+++ Input records
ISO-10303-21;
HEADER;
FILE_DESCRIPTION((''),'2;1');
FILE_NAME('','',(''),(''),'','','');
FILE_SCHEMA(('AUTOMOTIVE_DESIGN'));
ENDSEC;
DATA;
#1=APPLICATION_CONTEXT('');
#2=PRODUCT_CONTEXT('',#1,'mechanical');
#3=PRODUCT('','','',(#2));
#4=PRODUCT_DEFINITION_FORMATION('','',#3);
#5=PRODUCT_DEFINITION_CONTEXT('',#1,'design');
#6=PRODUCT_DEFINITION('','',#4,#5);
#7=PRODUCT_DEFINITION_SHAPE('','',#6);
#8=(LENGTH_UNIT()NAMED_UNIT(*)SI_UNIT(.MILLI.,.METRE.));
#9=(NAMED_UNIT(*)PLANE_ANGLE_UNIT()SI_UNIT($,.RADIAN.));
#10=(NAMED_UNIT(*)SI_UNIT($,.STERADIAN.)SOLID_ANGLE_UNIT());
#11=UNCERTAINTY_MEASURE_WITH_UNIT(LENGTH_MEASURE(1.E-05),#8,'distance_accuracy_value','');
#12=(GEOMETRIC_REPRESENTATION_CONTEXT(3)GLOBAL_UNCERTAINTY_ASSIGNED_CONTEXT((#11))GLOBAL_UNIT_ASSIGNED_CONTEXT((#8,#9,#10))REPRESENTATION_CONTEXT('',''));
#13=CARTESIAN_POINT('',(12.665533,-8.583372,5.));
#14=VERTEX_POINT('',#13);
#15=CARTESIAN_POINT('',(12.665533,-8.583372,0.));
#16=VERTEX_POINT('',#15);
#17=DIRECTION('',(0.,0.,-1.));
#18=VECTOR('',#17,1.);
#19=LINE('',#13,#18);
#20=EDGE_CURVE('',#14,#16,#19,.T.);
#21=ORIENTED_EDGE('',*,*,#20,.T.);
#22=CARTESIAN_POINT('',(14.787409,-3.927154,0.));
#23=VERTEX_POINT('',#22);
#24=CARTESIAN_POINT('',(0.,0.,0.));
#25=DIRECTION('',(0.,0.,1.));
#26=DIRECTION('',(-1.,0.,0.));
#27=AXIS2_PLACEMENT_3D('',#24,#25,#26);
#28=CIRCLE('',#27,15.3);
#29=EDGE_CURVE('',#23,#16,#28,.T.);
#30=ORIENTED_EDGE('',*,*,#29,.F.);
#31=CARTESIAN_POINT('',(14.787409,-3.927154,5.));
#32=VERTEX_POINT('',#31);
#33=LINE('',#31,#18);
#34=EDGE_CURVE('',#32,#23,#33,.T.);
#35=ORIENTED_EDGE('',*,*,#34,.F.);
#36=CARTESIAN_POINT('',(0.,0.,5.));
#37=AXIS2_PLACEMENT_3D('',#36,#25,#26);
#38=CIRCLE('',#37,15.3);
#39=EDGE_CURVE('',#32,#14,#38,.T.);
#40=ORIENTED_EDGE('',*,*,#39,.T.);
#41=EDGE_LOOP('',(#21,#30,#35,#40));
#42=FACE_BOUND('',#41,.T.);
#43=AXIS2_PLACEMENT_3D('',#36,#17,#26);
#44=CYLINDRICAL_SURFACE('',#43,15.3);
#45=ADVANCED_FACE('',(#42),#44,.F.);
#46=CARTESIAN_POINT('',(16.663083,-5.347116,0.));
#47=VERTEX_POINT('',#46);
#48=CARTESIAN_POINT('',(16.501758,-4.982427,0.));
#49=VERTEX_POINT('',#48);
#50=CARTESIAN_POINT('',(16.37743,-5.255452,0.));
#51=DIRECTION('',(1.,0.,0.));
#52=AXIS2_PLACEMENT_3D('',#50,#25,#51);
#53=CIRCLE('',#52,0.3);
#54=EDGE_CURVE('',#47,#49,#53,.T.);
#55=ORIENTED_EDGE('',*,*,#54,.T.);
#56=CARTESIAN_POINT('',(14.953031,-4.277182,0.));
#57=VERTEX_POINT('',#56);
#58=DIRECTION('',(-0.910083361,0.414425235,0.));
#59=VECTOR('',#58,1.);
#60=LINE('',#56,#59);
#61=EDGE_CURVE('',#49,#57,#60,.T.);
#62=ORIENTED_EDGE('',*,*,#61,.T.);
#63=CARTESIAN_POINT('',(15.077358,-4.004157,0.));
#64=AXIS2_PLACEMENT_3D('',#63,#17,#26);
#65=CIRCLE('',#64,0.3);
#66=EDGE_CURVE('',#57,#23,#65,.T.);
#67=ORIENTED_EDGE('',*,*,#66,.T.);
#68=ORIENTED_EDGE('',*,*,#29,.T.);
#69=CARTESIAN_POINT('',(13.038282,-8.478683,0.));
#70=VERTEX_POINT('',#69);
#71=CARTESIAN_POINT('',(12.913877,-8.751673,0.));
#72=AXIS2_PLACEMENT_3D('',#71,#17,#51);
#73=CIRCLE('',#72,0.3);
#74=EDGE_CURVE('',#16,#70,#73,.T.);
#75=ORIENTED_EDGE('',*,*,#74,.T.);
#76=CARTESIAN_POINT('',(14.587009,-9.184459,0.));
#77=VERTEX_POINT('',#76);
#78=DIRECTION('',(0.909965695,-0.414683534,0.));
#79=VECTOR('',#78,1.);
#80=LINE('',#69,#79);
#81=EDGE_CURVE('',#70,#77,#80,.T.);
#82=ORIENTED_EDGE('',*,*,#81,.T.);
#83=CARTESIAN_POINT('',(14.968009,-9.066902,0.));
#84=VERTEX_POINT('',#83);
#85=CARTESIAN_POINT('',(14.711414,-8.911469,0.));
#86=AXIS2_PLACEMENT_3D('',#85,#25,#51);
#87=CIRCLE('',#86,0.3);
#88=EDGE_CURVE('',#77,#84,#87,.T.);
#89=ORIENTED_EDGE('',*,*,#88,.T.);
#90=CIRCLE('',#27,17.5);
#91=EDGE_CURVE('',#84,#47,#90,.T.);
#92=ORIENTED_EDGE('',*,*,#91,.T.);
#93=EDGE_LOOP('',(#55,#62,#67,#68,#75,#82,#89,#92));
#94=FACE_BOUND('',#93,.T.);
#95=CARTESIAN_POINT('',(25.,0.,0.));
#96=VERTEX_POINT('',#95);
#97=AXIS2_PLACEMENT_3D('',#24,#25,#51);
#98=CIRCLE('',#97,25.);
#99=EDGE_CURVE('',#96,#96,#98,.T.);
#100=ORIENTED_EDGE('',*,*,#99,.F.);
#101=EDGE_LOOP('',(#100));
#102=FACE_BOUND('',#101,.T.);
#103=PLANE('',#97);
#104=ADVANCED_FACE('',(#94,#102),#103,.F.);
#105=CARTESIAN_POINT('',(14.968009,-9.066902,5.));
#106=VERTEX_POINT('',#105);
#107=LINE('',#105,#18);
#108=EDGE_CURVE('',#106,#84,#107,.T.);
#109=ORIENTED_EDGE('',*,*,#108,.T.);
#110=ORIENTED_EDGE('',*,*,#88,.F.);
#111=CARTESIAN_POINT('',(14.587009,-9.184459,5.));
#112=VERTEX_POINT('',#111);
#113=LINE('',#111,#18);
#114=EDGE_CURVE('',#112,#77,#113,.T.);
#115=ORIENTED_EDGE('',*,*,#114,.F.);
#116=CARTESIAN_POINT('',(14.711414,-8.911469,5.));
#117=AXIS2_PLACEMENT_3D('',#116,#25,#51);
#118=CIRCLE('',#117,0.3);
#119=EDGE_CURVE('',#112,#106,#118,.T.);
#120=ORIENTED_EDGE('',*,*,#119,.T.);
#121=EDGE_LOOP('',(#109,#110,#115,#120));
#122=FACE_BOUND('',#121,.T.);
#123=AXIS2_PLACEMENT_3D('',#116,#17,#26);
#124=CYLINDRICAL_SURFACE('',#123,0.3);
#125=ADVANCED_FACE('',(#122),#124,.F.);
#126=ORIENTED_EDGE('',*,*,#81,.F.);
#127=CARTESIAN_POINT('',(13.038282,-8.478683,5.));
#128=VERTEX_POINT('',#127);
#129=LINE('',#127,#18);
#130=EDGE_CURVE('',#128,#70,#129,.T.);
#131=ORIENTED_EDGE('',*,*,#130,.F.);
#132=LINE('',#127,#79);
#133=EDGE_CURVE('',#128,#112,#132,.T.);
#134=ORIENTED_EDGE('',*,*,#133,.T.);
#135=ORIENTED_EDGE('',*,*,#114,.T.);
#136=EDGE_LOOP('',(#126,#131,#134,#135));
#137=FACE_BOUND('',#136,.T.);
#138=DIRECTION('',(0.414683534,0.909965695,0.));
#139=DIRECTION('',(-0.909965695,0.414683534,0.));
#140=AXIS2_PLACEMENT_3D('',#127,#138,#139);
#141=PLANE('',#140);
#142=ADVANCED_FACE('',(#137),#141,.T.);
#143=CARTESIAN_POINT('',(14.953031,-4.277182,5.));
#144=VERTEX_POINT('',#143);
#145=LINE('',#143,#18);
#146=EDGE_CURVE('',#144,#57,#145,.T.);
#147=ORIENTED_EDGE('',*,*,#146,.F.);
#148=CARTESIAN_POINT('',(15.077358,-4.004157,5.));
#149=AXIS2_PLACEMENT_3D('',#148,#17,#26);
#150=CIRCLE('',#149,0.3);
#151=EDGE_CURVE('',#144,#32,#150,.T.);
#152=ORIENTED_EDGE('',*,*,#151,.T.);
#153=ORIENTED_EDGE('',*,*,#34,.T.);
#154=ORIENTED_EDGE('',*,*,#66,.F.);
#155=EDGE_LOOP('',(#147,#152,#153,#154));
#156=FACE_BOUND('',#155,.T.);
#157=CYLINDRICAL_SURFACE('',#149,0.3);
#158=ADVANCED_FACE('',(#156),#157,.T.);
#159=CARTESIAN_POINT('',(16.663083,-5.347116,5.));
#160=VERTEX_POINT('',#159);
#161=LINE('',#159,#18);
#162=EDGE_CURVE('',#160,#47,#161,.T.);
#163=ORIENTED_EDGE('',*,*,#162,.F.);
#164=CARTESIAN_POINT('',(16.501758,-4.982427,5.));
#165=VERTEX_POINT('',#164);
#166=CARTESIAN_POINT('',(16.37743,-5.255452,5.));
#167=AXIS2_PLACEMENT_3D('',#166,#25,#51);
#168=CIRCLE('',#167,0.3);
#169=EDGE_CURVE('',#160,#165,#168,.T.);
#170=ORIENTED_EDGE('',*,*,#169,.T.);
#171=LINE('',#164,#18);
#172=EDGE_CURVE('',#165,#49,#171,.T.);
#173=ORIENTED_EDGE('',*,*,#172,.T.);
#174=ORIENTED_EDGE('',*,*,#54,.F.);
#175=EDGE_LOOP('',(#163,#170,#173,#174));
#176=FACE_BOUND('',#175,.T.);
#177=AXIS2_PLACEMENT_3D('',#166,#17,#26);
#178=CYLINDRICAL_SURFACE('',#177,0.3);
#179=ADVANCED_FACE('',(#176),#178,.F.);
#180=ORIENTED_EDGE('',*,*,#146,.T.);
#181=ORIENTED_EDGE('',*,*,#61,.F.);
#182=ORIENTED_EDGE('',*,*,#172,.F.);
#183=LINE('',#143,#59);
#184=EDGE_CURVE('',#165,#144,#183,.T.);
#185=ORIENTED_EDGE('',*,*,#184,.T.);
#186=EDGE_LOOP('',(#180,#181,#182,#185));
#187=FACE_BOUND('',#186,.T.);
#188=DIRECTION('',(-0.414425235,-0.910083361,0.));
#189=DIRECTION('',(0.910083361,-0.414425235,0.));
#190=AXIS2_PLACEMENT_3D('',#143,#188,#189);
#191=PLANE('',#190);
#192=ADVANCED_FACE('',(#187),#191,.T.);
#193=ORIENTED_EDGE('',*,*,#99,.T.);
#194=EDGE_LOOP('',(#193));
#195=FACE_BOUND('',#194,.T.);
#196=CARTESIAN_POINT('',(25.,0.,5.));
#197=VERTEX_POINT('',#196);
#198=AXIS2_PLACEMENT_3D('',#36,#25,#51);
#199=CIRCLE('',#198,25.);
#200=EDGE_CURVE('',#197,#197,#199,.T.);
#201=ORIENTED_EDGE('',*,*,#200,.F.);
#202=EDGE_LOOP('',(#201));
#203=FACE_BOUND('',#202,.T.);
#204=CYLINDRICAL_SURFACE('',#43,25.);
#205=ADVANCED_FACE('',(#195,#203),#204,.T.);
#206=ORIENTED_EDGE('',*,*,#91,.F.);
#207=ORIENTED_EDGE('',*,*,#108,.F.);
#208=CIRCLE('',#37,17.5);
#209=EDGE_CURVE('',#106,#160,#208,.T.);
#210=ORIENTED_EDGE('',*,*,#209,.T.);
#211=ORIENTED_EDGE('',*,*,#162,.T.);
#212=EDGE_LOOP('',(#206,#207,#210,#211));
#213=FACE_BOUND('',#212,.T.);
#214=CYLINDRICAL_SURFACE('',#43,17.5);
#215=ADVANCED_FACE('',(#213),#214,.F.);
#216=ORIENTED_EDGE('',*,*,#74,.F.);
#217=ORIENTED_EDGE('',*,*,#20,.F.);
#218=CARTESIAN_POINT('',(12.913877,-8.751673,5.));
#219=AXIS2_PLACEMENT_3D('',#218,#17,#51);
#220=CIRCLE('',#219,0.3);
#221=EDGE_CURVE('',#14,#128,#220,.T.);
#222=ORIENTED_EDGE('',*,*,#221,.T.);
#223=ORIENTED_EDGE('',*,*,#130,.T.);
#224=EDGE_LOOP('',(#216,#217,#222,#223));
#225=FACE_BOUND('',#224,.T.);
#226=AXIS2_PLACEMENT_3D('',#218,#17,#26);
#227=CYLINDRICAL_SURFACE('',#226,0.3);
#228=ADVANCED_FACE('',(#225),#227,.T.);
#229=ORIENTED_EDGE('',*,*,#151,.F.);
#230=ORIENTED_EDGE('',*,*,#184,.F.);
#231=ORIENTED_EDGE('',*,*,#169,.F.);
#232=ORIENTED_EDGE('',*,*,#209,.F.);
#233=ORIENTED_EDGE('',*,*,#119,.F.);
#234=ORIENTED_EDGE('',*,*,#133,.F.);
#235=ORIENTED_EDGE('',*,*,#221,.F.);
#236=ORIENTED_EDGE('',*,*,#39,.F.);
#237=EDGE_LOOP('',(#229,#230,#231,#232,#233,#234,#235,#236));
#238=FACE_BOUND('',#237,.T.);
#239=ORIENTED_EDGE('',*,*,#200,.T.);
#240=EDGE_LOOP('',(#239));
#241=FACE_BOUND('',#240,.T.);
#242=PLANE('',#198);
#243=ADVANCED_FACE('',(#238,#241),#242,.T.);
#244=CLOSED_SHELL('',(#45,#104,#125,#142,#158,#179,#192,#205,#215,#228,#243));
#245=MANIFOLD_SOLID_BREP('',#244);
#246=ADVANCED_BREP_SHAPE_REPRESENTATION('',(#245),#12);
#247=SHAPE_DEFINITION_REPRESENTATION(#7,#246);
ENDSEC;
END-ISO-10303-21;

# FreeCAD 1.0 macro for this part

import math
import FreeCAD as App
import Part
import Sketcher
Q = App.Units.Quantity

doc = App.newDocument("Part")
params = doc.addObject("Spreadsheet::Sheet", "Params")
for row, (alias, value) in enumerate([
    ("sketch1_diameter", "50 mm"),
    ("sketch1_radius", "0.3 mm"),
    ("sketch1_radius2", "17.5 mm"),
    ("sketch1_radius3", "15.3 mm"),
    ("pad1_length", "5 mm"),
], start=1):
    params.set(f"A{row}", alias)
    params.set(f"B{row}", "=" + value)
    params.setAlias(f"B{row}", alias)

body = doc.addObject("PartDesign::Body", "Body")

sketch1 = body.newObject("Sketcher::SketchObject", "Sketch")
sketch1.AttachmentSupport = (doc.getObject("XY_Plane"), [""])
sketch1.MapMode = "FlatFace"
sketch1.addGeometry([
    Part.Circle(App.Vector(0, 0, 0), App.Vector(0, 0, 1), 25),
    Part.ArcOfCircle(Part.Circle(App.Vector(15.08, -4, 0), App.Vector(0, 0, 1), 0.3), math.radians(165), math.radians(246)),
    Part.LineSegment(App.Vector(14.95, -4.28, 0), App.Vector(16.5, -4.98, 0)),
    Part.ArcOfCircle(Part.Circle(App.Vector(16.38, -5.26, 0), App.Vector(0, 0, 1), 0.3), math.radians(-18), math.radians(66)),
    Part.ArcOfCircle(Part.Circle(App.Vector(0, 0, 0), App.Vector(0, 0, 1), 17.5), math.radians(-31.21), math.radians(-17.79)),
    Part.ArcOfCircle(Part.Circle(App.Vector(14.71, -8.91, 0), App.Vector(0, 0, 1), 0.3), math.radians(-114), math.radians(-31)),
    Part.LineSegment(App.Vector(14.59, -9.18, 0), App.Vector(13.04, -8.48, 0)),
    Part.ArcOfCircle(Part.Circle(App.Vector(12.91, -8.75, 0), App.Vector(0, 0, 1), 0.3), math.radians(66), math.radians(146)),
    Part.ArcOfCircle(Part.Circle(App.Vector(0, 0, 0), App.Vector(0, 0, 1), 15.3), math.radians(-15), math.radians(326)),
], False)
sketch1.addConstraint([
    Sketcher.Constraint("Tangent", 1, 2, 2, 1),
    Sketcher.Constraint("Tangent", 2, 2, 3, 2),
    Sketcher.Constraint("Tangent", 3, 1, 4, 2),
    Sketcher.Constraint("Tangent", 4, 1, 5, 2),
    Sketcher.Constraint("Tangent", 5, 1, 6, 1),
    Sketcher.Constraint("Tangent", 6, 2, 7, 1),
    Sketcher.Constraint("Tangent", 7, 2, 8, 2),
++++++
Problem to solve - From the entries above, return exactly the line containing "#246=ADVANCED_BREP_SHAPE_REPRESENTATION('',(#245),#12);", the line containing "# FreeCAD 1.0 macro for this part", and all lines between, and nothing else.

Response to this task -
#246=ADVANCED_BREP_SHAPE_REPRESENTATION('',(#245),#12);
#247=SHAPE_DEFINITION_REPRESENTATION(#7,#246);
ENDSEC;
END-ISO-10303-21;

# FreeCAD 1.0 macro for this part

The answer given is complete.